Wired for Efficiency

Reg Penner, center director and chemistry professor, uses another approach to solar energy. His group is investigating ultra-long nanowire arrays that will absorb sunlight on one
side and produce electricity through direct thermal-to-electrical energy conversion. These nanowires utilize the longer rays of the spectrum,generating a voltage spontaneously
when they’re heated at one end.
 
Although these materials are in use now, they are extremely inefficient, Penner says. Research indicates, however, that if the materials can be formed into wires that are less than
10 nm in diameter, efficiency can be increased enormously, a goal his group is pursuing.

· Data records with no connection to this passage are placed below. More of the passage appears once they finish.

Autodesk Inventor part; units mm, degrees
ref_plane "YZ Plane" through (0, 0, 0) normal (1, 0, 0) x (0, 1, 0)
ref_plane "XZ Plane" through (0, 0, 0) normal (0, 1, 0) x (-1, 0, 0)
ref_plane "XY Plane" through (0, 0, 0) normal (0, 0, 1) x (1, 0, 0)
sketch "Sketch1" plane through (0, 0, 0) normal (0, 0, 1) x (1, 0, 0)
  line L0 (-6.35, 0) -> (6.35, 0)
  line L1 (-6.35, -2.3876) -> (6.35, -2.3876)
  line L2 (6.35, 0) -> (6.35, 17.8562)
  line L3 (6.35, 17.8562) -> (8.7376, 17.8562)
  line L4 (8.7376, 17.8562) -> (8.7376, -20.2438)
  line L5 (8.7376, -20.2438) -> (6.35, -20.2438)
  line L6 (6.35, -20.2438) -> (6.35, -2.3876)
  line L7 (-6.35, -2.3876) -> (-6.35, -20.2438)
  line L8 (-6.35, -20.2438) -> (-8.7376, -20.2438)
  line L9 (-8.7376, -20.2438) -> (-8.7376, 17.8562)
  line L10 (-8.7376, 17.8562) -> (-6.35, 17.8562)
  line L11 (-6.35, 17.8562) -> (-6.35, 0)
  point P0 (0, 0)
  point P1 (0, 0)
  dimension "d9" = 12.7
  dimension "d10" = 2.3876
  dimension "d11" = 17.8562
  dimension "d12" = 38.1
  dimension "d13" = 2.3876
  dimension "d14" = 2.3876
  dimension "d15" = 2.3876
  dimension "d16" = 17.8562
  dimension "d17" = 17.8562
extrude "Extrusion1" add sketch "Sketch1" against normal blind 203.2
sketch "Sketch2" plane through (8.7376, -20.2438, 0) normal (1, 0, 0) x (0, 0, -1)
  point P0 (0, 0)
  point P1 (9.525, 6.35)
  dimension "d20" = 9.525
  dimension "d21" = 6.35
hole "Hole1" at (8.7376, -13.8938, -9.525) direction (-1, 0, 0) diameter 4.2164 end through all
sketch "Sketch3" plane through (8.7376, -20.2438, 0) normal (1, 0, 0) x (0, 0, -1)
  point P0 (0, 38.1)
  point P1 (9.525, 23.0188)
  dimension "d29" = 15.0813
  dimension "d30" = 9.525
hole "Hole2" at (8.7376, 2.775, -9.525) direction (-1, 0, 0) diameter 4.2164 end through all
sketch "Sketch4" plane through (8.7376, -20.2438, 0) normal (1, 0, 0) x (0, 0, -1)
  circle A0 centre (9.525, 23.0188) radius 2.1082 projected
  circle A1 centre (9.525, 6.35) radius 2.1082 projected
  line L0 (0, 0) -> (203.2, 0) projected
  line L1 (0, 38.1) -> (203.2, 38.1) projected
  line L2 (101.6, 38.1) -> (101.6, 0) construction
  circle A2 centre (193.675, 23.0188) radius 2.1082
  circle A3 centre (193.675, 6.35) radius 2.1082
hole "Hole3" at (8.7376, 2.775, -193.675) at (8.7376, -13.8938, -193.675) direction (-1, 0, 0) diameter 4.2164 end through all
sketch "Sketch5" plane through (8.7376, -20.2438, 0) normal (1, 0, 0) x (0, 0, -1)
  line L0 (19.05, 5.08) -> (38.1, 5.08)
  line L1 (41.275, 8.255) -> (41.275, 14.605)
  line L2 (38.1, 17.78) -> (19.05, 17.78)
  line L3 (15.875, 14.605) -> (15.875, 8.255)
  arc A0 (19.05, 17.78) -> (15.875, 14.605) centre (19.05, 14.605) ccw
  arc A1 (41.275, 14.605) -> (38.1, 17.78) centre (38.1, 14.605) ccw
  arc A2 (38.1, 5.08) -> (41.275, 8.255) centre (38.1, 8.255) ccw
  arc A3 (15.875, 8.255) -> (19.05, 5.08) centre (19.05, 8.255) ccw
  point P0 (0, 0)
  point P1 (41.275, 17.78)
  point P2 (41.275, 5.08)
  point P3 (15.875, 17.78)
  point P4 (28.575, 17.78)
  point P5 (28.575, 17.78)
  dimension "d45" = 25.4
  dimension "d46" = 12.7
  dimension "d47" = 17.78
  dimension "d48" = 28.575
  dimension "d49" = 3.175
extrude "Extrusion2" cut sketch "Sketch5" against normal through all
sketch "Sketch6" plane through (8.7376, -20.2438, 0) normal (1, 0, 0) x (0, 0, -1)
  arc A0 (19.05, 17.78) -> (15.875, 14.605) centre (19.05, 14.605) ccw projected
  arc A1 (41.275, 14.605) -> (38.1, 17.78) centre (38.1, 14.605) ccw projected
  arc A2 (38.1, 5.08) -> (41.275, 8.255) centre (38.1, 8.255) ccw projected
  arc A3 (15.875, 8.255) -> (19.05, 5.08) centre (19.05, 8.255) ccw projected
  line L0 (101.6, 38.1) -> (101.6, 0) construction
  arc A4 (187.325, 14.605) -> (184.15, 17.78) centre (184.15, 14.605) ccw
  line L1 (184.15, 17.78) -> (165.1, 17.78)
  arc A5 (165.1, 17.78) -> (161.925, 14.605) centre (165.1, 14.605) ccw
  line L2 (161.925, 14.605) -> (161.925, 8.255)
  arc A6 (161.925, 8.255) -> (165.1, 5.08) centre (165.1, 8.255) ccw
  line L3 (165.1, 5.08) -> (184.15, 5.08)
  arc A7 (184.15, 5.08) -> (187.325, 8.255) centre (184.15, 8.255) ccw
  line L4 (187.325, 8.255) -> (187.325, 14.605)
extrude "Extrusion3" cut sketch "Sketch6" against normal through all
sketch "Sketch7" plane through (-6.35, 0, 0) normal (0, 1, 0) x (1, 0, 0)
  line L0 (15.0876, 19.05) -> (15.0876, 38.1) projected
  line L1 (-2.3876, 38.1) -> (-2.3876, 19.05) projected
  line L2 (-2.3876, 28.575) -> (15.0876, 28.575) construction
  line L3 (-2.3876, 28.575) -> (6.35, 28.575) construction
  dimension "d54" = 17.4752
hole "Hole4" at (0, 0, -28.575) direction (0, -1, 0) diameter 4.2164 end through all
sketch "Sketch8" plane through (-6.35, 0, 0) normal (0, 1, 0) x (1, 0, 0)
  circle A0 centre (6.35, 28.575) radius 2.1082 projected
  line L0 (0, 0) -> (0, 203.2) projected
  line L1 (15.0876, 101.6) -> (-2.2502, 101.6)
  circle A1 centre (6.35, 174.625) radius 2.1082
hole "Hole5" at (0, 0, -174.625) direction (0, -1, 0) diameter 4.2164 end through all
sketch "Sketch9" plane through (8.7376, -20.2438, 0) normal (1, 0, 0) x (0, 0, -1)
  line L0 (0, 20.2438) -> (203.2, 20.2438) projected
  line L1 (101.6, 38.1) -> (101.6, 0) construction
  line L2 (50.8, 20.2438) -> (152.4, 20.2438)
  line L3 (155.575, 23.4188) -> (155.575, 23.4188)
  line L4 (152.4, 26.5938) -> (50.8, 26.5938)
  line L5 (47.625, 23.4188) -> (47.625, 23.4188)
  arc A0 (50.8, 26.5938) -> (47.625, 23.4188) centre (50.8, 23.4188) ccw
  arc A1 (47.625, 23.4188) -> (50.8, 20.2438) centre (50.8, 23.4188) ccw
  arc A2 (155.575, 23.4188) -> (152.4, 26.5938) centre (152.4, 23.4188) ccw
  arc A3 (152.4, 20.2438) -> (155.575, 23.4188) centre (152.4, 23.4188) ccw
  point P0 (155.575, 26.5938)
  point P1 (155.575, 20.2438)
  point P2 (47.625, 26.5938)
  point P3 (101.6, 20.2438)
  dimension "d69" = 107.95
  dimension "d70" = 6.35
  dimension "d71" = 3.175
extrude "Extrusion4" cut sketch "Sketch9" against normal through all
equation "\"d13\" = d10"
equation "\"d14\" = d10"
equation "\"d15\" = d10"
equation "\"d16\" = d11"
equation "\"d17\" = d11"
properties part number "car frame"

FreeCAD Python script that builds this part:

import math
import FreeCAD as App
import Part
import Sketcher
Q = App.Units.Quantity


def add_polygon(sketch, points):
    """Adds a closed chain of lines whose ends are joined by coincident constraints."""
    first, n = sketch.GeometryCount, len(points)
    for a, b in zip(points, points[1:] + points[:1]):
        sketch.addGeometry(Part.LineSegment(App.Vector(*a, 0), App.Vector(*b, 0)), False)
    for i in range(n):
        sketch.addConstraint(Sketcher.Constraint("Coincident", first + i, 2, first + (i + 1) % n, 1))

doc = App.newDocument("Part")
body = doc.addObject("PartDesign::Body", "Body")

# Sketch on XY plane
sketch1 = body.newObject("Sketcher::SketchObject", "Sketch")
sketch1.AttachmentSupport = (doc.getObject("XY_Plane"), [""])
sketch1.MapMode = "FlatFace"
add_polygon(sketch1, [(6.35, 0), (-6.35, 0), (-6.35, 17.8562), (-8.7376, 17.8562), (-8.7376, -20.2438), (-6.35, -20.2438), (-6.35, -2.3876), (6.35, -2.3876), (6.35, -20.2438), (8.7376, -20.2438), (8.7376, 17.8562), (6.35, 17.8562)])  # lines 0-11
sketch1.addConstraint([
    Sketcher.Constraint("Horizontal", 0),
    Sketcher.Constraint("Vertical", 1),
    Sketcher.Constraint("Horizontal", 2),
    Sketcher.Constraint("Vertical", 3),
    Sketcher.Constraint("Horizontal", 4),
    Sketcher.Constraint("Vertical", 5),
    Sketcher.Constraint("Horizontal", 6),
    Sketcher.Constraint("Vertical", 7),
    Sketcher.Constraint("Horizontal", 8),
    Sketcher.Constraint("Vertical", 9),
    Sketcher.Constraint("Horizontal", 10),
    Sketcher.Constraint("Vertical", 11),
    Sketcher.Constraint("Symmetric", 0, 2, 11, 2, -1, 1),
    Sketcher.Constraint("Symmetric", 4, 2, 7, 2, -2),
    Sketcher.Constraint("Symmetric", 2, 2, 9, 2, -2),
    Sketcher.Constraint("Vertical", 1, 2, 4, 2),
    Sketcher.Constraint("Equal", 1, 5),
    Sketcher.Constraint("DistanceX", 0, 2, 0, 1, Q("0.5 in")),
    Sketcher.Constraint("DistanceY", 3, 2, 3, 1, Q("1.5 in")),
    Sketcher.Constraint("DistanceX", 2, 2, 2, 1, Q("0.094 in")),
    Sketcher.Constraint("DistanceY", 1, 1, 1, 2, Q("0.703 in")),
])
pad1 = body.newObject("PartDesign::Pad", "Pad")
pad1.Profile = sketch1
pad1.Length = Q("8 in")
pad1.Reversed = True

Current testing shows bismuth telluride and lead telluride are the most viable materials. “You have to choose a material that can be efficient at 200 degrees Celsius,” says Penner. “Forming
it into nanowires should make it orders-of-magnitude more efficient.”

Fabrication is tricky. Thousands of the nanowires, each only 10-50 nm in width and millimeters in length, must be fashioned into a device. “The nanowires are very small and fragile,
and very, very long,” Penner says, “and we don’t want them to be in thermal contact with any surface because the thermal gradient needed to generate electricity will leak into the surface if
the nanowires touch it.”

So his research group developed and patented a process called “lithographically patterned nanowireelectrodeposition,” which allows the nanowires to be suspended across air gaps as they are deposited on
photoresist-covered glass wafers.

The devices could stand alone or be used in combination with photovoltaics, says Penner; both ideas will be evaluated.

Consumer devices could be a number of years down the road, but Law and Penner are taking their research one step at a time. “We’re just trying to figure out what works,” Penner says.